Achill likes to style itself as Ireland’s Holiday Island and this would be difficult to dispute. Once you cross over the short bridge at Achill Sound from the mainland you are embarking on an experience which embraces every outdoor pursuit under the sun from Blacksod Bay to the Atlantic Ocean, the villages and beaches of Keel, Keem, Dugort, Dooagh and Dooega, places that boast of Silver Strand and Golden Strand; laying claim to the highest sea cliffs in Europe running from Achill Head to Saddle Headand a section of the 42km Great Western Greenway which runs from Westportout to Achill and again not to be too bashful, announces itself as Ireland’s longest off-road walking and cycling route. It may even be its most popular and busiest.
But even at that I don’t do justice to place. I have never come across any destination so geared up to welcome the visitor on board and with such a quality of tourist information guides and detailed maps all free of charge from not one, but two tourist offices on the island. There are angling, diving and island hopping charters, sightseeing tours, surfing lessons, wind surfing, kite surfing, snorkelling, seaweed baths and sub aqua diving, Granuaile Loop Walk, Gourmet Greenway, hang gliding, art, archaeology, photography and Irish language classes in this Gaeltacht area. I’m exhausted just listing them off. (Oh, there is also a 9-hole golf links at Keel Sandybanks if you fancy spoiling a good walk).
Keem Beach is special and never fails to mesmerise and is regularly voted as one of the best beaches in the world.
There are stand out spots like Keem Beach, a testing drive across the island and an even more challenging cycle, but doable if everyone displays some cop on and some common courtesy for other road users. The view is worth the effort and it’s just been voted one of the best beaches in the world…again!

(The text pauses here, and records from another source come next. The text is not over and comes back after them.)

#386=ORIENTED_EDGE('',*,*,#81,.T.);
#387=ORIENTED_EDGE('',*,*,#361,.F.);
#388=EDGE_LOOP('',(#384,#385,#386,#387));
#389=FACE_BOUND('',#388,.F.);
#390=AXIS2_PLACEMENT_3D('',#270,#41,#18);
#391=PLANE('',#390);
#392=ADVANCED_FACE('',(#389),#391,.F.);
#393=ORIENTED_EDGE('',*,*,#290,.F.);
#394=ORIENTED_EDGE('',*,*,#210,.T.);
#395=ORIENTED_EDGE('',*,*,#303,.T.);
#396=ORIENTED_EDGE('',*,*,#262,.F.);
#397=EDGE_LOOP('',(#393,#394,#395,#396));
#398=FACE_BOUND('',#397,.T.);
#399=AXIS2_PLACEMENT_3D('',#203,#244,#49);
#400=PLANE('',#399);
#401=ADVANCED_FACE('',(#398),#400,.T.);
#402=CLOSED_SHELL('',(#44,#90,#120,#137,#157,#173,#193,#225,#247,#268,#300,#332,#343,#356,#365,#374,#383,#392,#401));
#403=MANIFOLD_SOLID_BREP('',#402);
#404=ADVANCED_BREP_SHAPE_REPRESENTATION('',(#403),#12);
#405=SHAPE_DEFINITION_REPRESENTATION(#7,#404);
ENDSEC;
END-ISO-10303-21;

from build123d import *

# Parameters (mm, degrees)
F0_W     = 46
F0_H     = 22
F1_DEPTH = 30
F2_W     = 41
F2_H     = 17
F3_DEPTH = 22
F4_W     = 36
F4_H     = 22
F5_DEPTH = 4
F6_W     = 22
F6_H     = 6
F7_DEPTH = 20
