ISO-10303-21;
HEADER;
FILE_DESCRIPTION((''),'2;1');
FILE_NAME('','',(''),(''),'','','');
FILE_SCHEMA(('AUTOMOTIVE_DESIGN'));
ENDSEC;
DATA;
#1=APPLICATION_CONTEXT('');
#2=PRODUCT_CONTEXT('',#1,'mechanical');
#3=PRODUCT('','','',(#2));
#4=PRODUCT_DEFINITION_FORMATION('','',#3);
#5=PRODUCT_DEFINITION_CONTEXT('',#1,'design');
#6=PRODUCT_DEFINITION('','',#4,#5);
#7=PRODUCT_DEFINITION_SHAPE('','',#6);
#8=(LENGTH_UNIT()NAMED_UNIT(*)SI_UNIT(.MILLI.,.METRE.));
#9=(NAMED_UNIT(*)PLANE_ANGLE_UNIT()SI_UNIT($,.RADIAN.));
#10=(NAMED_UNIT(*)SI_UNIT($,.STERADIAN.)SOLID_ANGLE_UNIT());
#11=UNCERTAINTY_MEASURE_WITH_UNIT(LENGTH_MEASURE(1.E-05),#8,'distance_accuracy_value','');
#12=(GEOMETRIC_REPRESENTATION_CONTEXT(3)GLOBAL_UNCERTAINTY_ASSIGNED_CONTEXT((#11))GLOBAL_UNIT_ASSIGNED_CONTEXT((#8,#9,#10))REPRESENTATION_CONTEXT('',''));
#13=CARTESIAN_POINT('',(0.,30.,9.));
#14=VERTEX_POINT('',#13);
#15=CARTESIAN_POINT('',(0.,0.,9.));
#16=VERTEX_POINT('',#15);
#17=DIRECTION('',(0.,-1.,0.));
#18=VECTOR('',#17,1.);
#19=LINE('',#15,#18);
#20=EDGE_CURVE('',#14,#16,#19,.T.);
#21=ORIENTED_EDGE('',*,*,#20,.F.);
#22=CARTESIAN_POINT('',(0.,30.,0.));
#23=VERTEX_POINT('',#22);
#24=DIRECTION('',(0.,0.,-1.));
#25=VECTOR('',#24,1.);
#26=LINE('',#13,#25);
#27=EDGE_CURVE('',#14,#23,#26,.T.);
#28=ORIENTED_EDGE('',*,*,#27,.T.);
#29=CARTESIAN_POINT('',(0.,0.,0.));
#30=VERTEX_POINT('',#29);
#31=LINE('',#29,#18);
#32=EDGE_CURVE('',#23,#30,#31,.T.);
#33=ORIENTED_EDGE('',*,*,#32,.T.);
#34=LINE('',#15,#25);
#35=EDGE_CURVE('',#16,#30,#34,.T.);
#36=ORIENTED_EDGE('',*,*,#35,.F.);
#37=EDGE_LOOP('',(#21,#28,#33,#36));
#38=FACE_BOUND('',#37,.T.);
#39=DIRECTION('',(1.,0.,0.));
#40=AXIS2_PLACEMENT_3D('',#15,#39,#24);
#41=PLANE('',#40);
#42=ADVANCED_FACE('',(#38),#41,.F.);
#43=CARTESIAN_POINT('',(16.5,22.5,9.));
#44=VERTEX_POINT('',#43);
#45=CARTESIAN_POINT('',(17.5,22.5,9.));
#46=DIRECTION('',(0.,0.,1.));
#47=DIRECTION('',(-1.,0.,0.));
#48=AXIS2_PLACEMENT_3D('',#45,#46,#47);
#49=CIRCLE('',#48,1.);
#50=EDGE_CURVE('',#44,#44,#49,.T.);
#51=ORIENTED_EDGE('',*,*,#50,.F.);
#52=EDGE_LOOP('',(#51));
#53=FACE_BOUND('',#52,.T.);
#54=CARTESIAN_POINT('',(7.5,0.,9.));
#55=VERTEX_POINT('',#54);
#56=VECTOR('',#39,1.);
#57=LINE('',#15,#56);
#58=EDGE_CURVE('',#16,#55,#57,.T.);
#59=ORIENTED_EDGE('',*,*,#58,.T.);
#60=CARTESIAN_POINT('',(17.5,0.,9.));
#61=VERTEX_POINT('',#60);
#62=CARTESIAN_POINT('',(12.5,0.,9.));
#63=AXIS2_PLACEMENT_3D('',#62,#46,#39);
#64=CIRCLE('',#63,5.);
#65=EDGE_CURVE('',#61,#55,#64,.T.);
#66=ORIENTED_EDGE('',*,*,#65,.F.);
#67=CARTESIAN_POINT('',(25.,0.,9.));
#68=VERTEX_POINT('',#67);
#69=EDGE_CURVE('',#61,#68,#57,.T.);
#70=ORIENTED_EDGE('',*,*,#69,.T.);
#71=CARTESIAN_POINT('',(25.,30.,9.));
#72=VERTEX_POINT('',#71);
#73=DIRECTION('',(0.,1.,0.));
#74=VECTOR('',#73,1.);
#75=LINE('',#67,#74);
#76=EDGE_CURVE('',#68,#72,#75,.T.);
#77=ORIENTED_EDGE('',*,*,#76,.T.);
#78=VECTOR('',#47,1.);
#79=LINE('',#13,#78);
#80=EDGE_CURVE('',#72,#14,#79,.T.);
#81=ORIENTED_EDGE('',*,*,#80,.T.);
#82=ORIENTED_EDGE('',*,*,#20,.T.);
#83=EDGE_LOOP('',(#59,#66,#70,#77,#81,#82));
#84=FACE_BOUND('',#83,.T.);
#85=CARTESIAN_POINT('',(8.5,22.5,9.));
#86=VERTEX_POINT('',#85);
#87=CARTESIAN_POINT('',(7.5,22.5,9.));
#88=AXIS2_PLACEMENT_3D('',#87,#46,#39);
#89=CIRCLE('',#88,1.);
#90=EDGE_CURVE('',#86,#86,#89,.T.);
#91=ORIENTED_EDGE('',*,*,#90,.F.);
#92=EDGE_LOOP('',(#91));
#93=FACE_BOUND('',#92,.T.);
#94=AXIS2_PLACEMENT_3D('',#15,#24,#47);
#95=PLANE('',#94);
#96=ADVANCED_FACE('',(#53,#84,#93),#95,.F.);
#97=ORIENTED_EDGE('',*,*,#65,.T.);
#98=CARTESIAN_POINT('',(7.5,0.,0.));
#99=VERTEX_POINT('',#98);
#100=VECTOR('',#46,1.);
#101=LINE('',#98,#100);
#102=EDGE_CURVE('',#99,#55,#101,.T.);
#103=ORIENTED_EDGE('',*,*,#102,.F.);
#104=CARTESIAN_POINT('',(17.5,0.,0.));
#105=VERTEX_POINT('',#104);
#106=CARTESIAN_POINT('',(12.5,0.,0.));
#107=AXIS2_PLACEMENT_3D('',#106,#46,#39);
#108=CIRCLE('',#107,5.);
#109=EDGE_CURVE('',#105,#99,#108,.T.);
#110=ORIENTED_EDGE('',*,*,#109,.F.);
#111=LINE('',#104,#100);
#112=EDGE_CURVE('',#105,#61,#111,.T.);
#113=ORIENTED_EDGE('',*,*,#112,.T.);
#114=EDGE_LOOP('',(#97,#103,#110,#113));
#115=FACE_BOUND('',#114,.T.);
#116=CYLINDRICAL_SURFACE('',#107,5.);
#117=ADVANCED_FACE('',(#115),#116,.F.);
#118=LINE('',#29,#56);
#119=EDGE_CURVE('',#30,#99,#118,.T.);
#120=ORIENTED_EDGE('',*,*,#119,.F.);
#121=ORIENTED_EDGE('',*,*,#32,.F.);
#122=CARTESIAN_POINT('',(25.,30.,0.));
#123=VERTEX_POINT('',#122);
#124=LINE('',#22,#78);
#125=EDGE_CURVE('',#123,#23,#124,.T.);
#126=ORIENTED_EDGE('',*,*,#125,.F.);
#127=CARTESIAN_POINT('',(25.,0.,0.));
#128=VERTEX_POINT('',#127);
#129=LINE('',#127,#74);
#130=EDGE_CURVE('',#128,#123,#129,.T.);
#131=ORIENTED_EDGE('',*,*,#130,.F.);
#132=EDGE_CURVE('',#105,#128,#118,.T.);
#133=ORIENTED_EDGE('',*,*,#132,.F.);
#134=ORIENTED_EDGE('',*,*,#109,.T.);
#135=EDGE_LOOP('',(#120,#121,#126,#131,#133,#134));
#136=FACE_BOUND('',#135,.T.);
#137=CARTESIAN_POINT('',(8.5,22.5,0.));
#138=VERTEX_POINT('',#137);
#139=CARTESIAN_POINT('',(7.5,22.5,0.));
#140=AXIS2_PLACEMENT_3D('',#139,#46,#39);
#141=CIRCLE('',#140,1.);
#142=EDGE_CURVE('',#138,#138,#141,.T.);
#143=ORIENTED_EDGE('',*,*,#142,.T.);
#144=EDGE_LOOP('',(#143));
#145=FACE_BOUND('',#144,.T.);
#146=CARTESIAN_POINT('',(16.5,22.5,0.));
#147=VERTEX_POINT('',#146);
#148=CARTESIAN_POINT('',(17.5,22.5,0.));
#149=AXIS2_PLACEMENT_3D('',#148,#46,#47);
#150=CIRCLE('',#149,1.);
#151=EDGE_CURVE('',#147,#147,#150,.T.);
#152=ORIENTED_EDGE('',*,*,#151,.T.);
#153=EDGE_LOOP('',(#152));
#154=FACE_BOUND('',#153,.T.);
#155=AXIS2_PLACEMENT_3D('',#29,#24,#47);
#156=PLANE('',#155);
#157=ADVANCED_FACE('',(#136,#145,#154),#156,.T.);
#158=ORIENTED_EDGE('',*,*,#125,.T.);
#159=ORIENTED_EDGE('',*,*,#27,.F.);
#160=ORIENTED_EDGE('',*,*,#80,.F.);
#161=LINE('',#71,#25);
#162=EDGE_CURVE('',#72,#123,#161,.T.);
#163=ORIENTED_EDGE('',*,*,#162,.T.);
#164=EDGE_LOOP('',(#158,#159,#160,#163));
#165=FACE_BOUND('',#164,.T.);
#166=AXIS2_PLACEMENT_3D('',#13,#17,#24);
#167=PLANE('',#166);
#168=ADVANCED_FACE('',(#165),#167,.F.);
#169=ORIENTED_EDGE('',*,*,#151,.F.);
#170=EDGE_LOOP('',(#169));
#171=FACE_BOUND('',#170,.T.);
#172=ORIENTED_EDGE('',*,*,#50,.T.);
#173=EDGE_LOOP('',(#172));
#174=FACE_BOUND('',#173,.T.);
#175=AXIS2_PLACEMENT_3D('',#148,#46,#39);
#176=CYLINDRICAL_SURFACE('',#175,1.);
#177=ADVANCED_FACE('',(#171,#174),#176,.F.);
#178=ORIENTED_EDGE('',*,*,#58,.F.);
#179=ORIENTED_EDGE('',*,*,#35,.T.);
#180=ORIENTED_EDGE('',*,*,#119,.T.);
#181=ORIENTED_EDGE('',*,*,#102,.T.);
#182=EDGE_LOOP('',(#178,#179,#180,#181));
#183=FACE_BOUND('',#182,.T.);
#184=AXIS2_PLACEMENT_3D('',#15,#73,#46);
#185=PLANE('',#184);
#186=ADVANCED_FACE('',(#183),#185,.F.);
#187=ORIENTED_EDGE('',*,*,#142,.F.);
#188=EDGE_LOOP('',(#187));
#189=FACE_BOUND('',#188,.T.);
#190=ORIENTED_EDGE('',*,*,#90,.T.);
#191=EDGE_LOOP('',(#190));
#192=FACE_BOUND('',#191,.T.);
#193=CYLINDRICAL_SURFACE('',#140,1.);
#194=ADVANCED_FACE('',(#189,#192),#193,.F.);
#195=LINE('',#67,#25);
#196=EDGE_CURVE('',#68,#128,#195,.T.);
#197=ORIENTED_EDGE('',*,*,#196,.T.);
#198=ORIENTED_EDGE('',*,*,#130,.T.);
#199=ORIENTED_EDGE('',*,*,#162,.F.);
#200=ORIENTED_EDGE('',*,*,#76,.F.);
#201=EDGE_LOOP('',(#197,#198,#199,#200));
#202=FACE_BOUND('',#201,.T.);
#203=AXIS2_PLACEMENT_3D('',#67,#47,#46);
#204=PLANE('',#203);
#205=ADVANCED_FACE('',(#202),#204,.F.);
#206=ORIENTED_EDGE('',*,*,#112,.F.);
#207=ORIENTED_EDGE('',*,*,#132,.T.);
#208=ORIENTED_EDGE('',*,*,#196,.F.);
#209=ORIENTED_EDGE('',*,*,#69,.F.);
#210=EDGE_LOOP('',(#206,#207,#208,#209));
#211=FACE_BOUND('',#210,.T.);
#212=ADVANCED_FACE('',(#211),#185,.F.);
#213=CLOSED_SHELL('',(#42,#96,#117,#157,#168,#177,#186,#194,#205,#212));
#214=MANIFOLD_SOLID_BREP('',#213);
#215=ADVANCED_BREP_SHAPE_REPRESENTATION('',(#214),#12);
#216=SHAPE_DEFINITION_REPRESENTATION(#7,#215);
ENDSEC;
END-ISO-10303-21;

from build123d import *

# Parameters (mm, degrees)
SKETCH1_W           = 25
SKETCH1_H           = 30
BOSS_EXTRUDE1_DEPTH = 9
CUT_EXTRUDE3_DEPTH  = 41.074929819
SKETCH5_R           = 1
CUT_EXTRUDE4_DEPTH  = 41.074929819


with BuildPart() as part:
    # Sketch1 → Boss-Extrude1 (new body)
    with BuildSketch(Plane.XY):
        with Locations((12.5, 15)):
            Rectangle(SKETCH1_W, SKETCH1_H)
    extrude(amount=BOSS_EXTRUDE1_DEPTH)

    # Sketch4 → Cut-Extrude3 (cut, through all)
    with BuildSketch(Plane.XY.offset(9)):
        with BuildLine():
            ThreePointArc((17.5, 0), (12.5, 5), (7.5, 0))
            Line((7.5, 0), (17.5, 0))
        make_face()
        with BuildLine():
            Line((17.5, 0), (7.5, 0))
            ThreePointArc((7.5, 0), (12.5, -5), (17.5, 0))
        make_face()
    extrude(amount=-CUT_EXTRUDE3_DEPTH, mode=Mode.SUBTRACT)

    # Sketch5 → Cut-Extrude4 (cut, through all)
    with BuildSketch(Plane.XY.offset(9)):
        with Locations((7.5, 22.5)):
            Circle(SKETCH5_R)
        with Locations(Location((17.5, 22.5, 0), (0, 0, 180))):
            Circle(SKETCH5_R)
    extrude(amount=-CUT_EXTRUDE4_DEPTH, mode=Mode.SUBTRACT)


solid = part.part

Sheep graze amid the ruins of the Deserted Village.
There is the haunting poignancy of the Deserted Village, ruined and resting beneath the imposing Slievemore, a glance at which can give you your barometer and weather vane for the day or for the next couple of hours at least as this is Achill. On the slopes behind the neglected and abandoned cottages the mountain sheep were my only rivals for a feast of fresh field mushrooms. I eat them later with a selection of juicy cutlets from their cousins, with apologies to my vegetarian friends.
As Achill pays homage to its history so too does it look to the future and the Achill Experience Aquarium and Visitor Centre is a brand new string to its bow. It’s an immensely popular attraction which primarily celebrates the diversity and importance of its surrounding shores and sea life, a stark contrast to the days when the island operated as a whaling station. Entry fee is €16 for a family of four. www.achillexperience.ie
The smile says it all at the Achill Experience Aquarium.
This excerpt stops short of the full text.